**** Data provided

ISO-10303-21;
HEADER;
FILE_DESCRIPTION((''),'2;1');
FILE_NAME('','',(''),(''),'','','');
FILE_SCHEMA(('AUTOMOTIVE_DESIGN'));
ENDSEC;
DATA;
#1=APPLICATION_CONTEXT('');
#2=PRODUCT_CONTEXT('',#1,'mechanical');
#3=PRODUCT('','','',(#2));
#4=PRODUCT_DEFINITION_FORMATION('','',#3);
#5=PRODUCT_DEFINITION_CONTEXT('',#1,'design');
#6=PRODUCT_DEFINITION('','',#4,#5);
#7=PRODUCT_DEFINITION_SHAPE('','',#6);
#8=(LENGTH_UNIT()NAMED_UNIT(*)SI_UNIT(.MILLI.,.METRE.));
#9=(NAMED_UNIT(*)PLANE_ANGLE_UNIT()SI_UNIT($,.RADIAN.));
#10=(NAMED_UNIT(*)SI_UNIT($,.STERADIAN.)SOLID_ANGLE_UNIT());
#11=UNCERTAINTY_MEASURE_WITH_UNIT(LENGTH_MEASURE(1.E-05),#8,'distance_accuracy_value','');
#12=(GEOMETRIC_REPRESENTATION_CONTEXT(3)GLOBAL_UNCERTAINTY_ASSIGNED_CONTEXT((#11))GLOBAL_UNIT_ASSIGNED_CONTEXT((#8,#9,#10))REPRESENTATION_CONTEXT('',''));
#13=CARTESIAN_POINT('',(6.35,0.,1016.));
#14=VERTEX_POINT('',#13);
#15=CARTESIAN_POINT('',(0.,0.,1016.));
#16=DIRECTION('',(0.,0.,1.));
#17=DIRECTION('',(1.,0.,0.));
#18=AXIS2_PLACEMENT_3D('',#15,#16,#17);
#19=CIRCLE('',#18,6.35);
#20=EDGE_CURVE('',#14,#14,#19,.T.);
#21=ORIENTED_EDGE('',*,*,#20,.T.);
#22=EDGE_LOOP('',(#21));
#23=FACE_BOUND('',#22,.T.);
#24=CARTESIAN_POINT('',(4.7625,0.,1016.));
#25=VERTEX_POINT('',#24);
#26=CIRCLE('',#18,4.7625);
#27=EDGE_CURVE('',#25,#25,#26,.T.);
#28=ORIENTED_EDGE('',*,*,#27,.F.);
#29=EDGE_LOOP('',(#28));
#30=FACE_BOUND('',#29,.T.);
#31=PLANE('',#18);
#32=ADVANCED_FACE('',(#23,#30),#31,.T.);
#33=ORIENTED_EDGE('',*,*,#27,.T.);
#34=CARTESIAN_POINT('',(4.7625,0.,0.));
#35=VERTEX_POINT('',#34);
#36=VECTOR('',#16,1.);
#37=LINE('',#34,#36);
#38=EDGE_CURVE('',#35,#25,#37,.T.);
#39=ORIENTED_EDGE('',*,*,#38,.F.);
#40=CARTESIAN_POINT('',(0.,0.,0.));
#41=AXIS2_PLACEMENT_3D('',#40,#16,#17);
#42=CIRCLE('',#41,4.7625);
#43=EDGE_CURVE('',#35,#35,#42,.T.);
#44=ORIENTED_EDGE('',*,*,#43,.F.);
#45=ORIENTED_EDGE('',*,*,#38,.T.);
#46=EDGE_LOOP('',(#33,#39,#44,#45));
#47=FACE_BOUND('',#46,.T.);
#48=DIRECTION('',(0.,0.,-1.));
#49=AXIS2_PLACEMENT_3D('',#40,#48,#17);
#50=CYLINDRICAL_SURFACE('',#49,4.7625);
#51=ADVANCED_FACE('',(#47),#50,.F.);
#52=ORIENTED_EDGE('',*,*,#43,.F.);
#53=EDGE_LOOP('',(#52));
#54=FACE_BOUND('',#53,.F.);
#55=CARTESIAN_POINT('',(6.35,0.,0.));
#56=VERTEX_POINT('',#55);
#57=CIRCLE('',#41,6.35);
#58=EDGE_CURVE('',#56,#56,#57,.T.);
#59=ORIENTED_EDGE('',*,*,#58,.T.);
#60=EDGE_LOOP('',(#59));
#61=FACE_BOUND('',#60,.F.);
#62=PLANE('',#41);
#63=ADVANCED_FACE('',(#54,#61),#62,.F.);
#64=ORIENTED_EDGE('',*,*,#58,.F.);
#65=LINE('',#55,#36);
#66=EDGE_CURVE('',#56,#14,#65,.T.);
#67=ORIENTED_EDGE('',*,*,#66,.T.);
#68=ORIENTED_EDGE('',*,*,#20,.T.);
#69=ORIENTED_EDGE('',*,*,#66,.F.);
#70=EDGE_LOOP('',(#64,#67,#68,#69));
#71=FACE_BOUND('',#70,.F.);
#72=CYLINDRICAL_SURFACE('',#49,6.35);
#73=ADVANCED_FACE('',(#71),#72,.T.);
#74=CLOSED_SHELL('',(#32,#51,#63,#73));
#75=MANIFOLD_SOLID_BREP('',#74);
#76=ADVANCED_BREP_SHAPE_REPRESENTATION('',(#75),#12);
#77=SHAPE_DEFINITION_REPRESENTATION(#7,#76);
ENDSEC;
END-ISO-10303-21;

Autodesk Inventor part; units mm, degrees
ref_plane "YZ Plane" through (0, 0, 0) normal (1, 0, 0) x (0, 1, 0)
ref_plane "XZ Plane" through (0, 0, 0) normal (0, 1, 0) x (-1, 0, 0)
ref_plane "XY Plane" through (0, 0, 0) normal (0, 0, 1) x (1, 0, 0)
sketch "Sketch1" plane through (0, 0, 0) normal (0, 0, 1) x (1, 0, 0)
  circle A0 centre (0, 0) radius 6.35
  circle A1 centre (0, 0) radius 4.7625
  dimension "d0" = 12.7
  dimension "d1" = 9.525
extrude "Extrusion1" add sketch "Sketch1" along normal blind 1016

********
**** Data provided

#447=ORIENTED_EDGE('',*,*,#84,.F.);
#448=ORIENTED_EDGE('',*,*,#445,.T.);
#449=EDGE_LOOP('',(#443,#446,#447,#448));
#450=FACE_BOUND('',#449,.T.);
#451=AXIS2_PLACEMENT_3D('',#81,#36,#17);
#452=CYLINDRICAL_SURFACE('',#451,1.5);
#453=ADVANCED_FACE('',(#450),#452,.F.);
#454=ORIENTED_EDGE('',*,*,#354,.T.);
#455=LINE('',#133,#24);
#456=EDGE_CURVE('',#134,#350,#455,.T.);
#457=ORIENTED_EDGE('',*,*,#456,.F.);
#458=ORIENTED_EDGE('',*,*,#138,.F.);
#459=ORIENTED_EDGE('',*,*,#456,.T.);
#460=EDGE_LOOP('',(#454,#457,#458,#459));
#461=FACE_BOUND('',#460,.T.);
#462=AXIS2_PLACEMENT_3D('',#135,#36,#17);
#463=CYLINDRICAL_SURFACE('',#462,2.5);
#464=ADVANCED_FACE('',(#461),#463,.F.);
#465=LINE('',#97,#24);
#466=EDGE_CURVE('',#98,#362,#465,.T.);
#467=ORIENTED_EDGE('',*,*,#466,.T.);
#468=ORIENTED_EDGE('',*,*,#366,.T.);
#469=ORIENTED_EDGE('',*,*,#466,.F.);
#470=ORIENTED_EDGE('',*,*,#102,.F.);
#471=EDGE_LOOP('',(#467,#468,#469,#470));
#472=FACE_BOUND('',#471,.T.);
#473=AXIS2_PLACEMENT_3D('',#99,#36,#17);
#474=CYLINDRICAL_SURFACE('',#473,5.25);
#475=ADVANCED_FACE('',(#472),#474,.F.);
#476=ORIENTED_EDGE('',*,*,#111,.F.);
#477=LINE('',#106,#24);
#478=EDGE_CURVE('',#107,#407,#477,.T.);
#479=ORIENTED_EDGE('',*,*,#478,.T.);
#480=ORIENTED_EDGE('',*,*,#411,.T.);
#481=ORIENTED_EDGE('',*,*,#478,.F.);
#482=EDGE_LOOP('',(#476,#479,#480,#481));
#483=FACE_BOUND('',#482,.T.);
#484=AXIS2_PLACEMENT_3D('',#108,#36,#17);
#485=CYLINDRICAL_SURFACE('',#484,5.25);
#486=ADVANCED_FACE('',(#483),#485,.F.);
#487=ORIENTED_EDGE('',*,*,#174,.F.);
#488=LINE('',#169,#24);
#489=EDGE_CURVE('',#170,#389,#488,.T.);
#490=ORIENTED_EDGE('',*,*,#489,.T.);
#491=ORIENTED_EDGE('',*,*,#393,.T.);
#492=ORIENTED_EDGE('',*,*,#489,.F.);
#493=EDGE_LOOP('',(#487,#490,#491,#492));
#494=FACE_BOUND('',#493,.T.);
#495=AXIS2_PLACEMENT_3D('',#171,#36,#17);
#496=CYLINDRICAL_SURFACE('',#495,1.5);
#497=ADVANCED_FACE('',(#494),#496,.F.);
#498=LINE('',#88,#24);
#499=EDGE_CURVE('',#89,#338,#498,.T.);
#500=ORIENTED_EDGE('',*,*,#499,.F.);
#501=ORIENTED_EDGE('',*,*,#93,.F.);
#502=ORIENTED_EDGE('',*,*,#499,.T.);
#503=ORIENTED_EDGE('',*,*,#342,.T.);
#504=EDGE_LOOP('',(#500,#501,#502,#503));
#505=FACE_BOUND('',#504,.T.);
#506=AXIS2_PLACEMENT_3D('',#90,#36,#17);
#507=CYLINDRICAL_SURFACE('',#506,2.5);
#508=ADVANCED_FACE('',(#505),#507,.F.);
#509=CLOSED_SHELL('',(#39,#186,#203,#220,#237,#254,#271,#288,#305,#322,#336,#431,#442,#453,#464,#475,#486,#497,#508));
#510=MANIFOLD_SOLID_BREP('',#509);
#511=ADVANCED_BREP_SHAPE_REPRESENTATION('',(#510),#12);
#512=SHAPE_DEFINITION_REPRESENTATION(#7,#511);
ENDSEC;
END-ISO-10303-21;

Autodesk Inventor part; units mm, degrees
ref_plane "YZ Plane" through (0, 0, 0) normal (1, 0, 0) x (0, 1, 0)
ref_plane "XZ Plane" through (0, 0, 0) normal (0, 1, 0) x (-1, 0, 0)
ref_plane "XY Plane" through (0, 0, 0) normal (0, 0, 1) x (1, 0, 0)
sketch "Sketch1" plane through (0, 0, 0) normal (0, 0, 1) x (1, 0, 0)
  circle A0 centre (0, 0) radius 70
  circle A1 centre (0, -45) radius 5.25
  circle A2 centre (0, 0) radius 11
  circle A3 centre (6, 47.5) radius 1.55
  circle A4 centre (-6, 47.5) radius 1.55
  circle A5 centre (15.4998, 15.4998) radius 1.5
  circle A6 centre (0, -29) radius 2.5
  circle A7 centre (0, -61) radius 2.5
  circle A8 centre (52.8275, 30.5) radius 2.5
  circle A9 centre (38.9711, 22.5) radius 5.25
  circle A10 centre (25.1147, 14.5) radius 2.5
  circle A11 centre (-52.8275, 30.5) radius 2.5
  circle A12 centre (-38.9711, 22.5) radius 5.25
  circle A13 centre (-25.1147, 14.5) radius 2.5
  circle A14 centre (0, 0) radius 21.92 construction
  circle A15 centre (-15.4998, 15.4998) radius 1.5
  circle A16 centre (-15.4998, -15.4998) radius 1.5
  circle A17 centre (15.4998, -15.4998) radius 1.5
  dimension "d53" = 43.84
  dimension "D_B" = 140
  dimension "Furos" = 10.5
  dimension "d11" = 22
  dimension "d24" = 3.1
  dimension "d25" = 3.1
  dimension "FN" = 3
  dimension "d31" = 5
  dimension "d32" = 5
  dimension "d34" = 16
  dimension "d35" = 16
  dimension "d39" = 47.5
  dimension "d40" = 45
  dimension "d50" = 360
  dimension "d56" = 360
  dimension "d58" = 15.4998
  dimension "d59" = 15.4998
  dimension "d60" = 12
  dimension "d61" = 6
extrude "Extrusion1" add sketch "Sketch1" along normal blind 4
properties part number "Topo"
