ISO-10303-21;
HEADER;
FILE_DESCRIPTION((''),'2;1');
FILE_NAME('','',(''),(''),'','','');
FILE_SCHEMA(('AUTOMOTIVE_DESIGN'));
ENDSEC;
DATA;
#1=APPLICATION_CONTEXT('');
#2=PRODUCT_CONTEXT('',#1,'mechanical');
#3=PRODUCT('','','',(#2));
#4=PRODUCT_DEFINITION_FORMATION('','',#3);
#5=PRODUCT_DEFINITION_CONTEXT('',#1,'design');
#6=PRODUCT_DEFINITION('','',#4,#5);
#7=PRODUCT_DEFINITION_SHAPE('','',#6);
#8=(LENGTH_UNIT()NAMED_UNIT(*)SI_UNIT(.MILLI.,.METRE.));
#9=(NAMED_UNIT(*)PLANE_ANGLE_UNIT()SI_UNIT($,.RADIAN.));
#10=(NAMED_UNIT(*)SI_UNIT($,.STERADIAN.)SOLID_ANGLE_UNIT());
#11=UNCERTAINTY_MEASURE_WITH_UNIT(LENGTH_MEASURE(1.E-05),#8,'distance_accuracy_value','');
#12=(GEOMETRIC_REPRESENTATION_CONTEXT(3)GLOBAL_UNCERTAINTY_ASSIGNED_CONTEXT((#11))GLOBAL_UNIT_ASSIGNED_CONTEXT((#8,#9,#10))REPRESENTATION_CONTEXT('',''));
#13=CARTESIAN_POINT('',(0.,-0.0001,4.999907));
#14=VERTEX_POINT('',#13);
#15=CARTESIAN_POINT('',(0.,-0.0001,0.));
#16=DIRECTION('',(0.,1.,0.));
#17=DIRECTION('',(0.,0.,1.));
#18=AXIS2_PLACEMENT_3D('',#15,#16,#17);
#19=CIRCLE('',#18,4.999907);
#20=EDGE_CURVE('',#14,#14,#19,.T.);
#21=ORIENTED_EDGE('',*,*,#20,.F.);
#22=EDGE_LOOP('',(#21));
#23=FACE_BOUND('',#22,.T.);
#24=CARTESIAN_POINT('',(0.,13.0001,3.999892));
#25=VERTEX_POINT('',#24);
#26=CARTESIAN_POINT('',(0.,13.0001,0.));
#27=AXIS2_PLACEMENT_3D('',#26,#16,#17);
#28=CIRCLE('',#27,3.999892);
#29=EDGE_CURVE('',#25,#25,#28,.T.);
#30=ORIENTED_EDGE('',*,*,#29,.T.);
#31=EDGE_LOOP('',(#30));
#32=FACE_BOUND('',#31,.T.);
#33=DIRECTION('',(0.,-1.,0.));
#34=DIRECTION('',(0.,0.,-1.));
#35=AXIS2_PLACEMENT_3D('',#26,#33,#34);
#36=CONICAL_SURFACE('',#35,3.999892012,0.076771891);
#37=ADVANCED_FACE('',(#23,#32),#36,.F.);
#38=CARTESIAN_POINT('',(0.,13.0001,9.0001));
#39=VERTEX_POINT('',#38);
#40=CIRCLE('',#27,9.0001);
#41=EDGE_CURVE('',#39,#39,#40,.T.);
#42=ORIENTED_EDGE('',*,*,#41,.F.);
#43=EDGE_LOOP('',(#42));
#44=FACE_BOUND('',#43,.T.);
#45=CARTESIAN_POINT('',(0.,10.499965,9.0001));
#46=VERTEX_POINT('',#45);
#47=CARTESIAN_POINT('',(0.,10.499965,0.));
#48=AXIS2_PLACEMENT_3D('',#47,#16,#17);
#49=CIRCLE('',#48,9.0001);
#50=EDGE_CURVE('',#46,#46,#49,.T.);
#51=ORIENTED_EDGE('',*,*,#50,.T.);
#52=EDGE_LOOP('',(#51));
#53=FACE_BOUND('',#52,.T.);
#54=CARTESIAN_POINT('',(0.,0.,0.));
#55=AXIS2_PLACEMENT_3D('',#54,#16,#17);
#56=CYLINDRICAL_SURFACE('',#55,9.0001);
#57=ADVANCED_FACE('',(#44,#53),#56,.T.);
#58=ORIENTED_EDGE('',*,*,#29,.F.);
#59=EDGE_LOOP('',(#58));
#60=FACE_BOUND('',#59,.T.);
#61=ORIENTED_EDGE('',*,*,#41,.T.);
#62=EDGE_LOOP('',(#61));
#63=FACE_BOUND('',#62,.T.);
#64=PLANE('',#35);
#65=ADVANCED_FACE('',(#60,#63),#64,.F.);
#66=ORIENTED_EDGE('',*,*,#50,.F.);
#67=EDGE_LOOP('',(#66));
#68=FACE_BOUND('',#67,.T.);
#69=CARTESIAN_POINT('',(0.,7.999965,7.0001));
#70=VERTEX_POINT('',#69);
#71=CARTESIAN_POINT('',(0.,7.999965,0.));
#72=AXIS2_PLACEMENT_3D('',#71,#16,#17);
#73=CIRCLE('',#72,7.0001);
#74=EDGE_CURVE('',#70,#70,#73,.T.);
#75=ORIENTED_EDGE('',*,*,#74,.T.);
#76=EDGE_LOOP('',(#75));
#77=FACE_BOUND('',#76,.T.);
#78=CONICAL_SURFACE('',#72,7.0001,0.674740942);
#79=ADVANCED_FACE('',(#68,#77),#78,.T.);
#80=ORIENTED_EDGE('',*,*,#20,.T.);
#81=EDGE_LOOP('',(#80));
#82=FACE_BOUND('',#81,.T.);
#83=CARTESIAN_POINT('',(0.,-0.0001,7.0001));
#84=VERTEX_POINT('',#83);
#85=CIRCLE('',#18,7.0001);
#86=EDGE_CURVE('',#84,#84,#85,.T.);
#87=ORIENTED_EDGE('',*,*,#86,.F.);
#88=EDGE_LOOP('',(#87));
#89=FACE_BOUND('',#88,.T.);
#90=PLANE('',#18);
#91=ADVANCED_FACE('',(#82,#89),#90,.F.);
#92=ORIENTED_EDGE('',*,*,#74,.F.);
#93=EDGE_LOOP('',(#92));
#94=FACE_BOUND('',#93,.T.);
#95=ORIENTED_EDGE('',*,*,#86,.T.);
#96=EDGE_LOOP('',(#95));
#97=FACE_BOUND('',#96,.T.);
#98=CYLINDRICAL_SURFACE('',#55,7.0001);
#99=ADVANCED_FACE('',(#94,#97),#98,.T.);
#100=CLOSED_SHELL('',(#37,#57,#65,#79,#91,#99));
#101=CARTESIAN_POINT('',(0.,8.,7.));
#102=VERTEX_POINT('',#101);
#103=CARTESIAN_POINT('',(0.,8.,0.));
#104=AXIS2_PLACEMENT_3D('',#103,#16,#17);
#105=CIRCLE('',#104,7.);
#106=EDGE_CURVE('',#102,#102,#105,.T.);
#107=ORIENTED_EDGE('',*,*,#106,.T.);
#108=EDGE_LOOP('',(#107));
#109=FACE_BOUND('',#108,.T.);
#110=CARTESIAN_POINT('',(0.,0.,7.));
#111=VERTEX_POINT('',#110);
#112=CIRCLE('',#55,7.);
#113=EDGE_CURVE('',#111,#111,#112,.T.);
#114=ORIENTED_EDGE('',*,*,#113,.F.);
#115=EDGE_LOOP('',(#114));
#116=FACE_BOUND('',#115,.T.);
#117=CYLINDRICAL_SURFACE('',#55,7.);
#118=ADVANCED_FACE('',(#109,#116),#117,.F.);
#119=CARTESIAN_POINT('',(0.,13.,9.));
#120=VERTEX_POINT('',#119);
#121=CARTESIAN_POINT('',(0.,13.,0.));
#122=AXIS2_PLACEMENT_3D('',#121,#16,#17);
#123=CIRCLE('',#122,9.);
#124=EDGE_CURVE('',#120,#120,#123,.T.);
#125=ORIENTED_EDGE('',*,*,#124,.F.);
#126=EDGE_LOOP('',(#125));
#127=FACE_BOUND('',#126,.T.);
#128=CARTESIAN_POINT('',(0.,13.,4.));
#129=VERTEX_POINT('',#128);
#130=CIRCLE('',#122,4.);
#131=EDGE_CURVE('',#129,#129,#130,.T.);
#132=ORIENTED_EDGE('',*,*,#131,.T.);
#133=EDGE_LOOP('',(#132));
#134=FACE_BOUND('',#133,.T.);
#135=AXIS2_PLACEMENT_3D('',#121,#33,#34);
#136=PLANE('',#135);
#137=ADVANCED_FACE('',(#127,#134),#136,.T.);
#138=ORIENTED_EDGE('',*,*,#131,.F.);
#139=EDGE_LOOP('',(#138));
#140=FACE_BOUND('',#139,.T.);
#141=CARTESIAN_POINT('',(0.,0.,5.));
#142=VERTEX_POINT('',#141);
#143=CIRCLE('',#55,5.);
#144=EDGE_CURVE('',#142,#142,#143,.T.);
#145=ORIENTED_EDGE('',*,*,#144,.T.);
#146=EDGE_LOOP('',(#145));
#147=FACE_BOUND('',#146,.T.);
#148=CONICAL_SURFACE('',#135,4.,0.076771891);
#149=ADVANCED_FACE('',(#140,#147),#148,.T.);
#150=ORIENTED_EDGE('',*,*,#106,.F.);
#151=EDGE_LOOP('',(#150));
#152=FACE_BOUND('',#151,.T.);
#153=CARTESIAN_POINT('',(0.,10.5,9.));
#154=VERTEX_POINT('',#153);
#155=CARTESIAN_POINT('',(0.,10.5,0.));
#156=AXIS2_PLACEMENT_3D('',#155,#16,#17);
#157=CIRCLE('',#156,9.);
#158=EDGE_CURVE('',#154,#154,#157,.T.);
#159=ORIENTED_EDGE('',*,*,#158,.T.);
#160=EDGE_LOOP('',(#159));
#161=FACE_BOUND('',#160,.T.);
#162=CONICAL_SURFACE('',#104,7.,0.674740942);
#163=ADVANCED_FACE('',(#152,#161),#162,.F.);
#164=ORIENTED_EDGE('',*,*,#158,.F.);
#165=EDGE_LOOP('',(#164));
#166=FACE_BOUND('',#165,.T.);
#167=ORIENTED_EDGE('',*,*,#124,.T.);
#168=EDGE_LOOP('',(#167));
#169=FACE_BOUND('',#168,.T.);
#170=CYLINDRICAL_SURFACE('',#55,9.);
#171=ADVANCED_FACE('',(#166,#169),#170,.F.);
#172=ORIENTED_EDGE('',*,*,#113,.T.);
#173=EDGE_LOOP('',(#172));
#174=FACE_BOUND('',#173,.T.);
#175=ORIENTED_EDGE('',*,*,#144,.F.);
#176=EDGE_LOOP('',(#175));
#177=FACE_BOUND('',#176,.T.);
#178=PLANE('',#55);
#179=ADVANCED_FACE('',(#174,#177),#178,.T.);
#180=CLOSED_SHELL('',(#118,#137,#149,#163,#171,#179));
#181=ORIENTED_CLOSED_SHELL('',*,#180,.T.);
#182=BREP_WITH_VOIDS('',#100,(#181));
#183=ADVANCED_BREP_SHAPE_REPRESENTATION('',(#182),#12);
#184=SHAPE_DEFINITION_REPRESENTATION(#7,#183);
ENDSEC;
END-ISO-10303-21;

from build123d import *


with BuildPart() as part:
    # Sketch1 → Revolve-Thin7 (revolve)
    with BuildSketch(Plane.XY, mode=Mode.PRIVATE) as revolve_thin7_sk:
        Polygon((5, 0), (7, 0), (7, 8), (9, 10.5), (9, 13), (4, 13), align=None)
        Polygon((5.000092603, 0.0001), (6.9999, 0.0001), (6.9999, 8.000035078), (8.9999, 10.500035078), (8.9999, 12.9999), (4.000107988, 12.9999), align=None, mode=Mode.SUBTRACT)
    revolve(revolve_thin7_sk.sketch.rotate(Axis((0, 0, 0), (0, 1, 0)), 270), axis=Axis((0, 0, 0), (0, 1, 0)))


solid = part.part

********

◆ **Exercise directions**
Within the material above, copy exactly the lines from the line that holds "#140=FACE_BOUND('',#139,.T.);" up to and including the line that holds "#183=ADVANCED_BREP_SHAPE_REPRESENTATION('',(#182),#12);".

◆ **Solution for this problem**
#140=FACE_BOUND('',#139,.T.);
#141=CARTESIAN_POINT('',(0.,0.,5.));
#142=VERTEX_POINT('',#141);
#143=CIRCLE('',#55,5.);
#144=EDGE_CURVE('',#142,#142,#143,.T.);
#145=ORIENTED_EDGE('',*,*,#144,.T.);
#146=EDGE_LOOP('',(#145));
#147=FACE_BOUND('',#146,.T.);
#148=CONICAL_SURFACE('',#135,4.,0.076771891);
#149=ADVANCED_FACE('',(#140,#147),#148,.T.);
#150=ORIENTED_EDGE('',*,*,#106,.F.);
#151=EDGE_LOOP('',(#150));
#152=FACE_BOUND('',#151,.T.);
#153=CARTESIAN_POINT('',(0.,10.5,9.));
#154=VERTEX_POINT('',#153);
#155=CARTESIAN_POINT('',(0.,10.5,0.));
#156=AXIS2_PLACEMENT_3D('',#155,#16,#17);
#157=CIRCLE('',#156,9.);
#158=EDGE_CURVE('',#154,#154,#157,.T.);
#159=ORIENTED_EDGE('',*,*,#158,.T.);
#160=EDGE_LOOP('',(#159));
#161=FACE_BOUND('',#160,.T.);
#162=CONICAL_SURFACE('',#104,7.,0.674740942);
#163=ADVANCED_FACE('',(#152,#161),#162,.F.);
#164=ORIENTED_EDGE('',*,*,#158,.F.);
#165=EDGE_LOOP('',(#164));
#166=FACE_BOUND('',#165,.T.);
#167=ORIENTED_EDGE('',*,*,#124,.T.);
#168=EDGE_LOOP('',(#167));
#169=FACE_BOUND('',#168,.T.);
#170=CYLINDRICAL_SURFACE('',#55,9.);
#171=ADVANCED_FACE('',(#166,#169),#170,.F.);
#172=ORIENTED_EDGE('',*,*,#113,.T.);
#173=EDGE_LOOP('',(#172));
#174=FACE_BOUND('',#173,.T.);
#175=ORIENTED_EDGE('',*,*,#144,.F.);
#176=EDGE_LOOP('',(#175));
#177=FACE_BOUND('',#176,.T.);
#178=PLANE('',#55);
#179=ADVANCED_FACE('',(#174,#177),#178,.T.);
#180=CLOSED_SHELL('',(#118,#137,#149,#163,#171,#179));
#181=ORIENTED_CLOSED_SHELL('',*,#180,.T.);
#182=BREP_WITH_VOIDS('',#100,(#181));
#183=ADVANCED_BREP_SHAPE_REPRESENTATION('',(#182),#12);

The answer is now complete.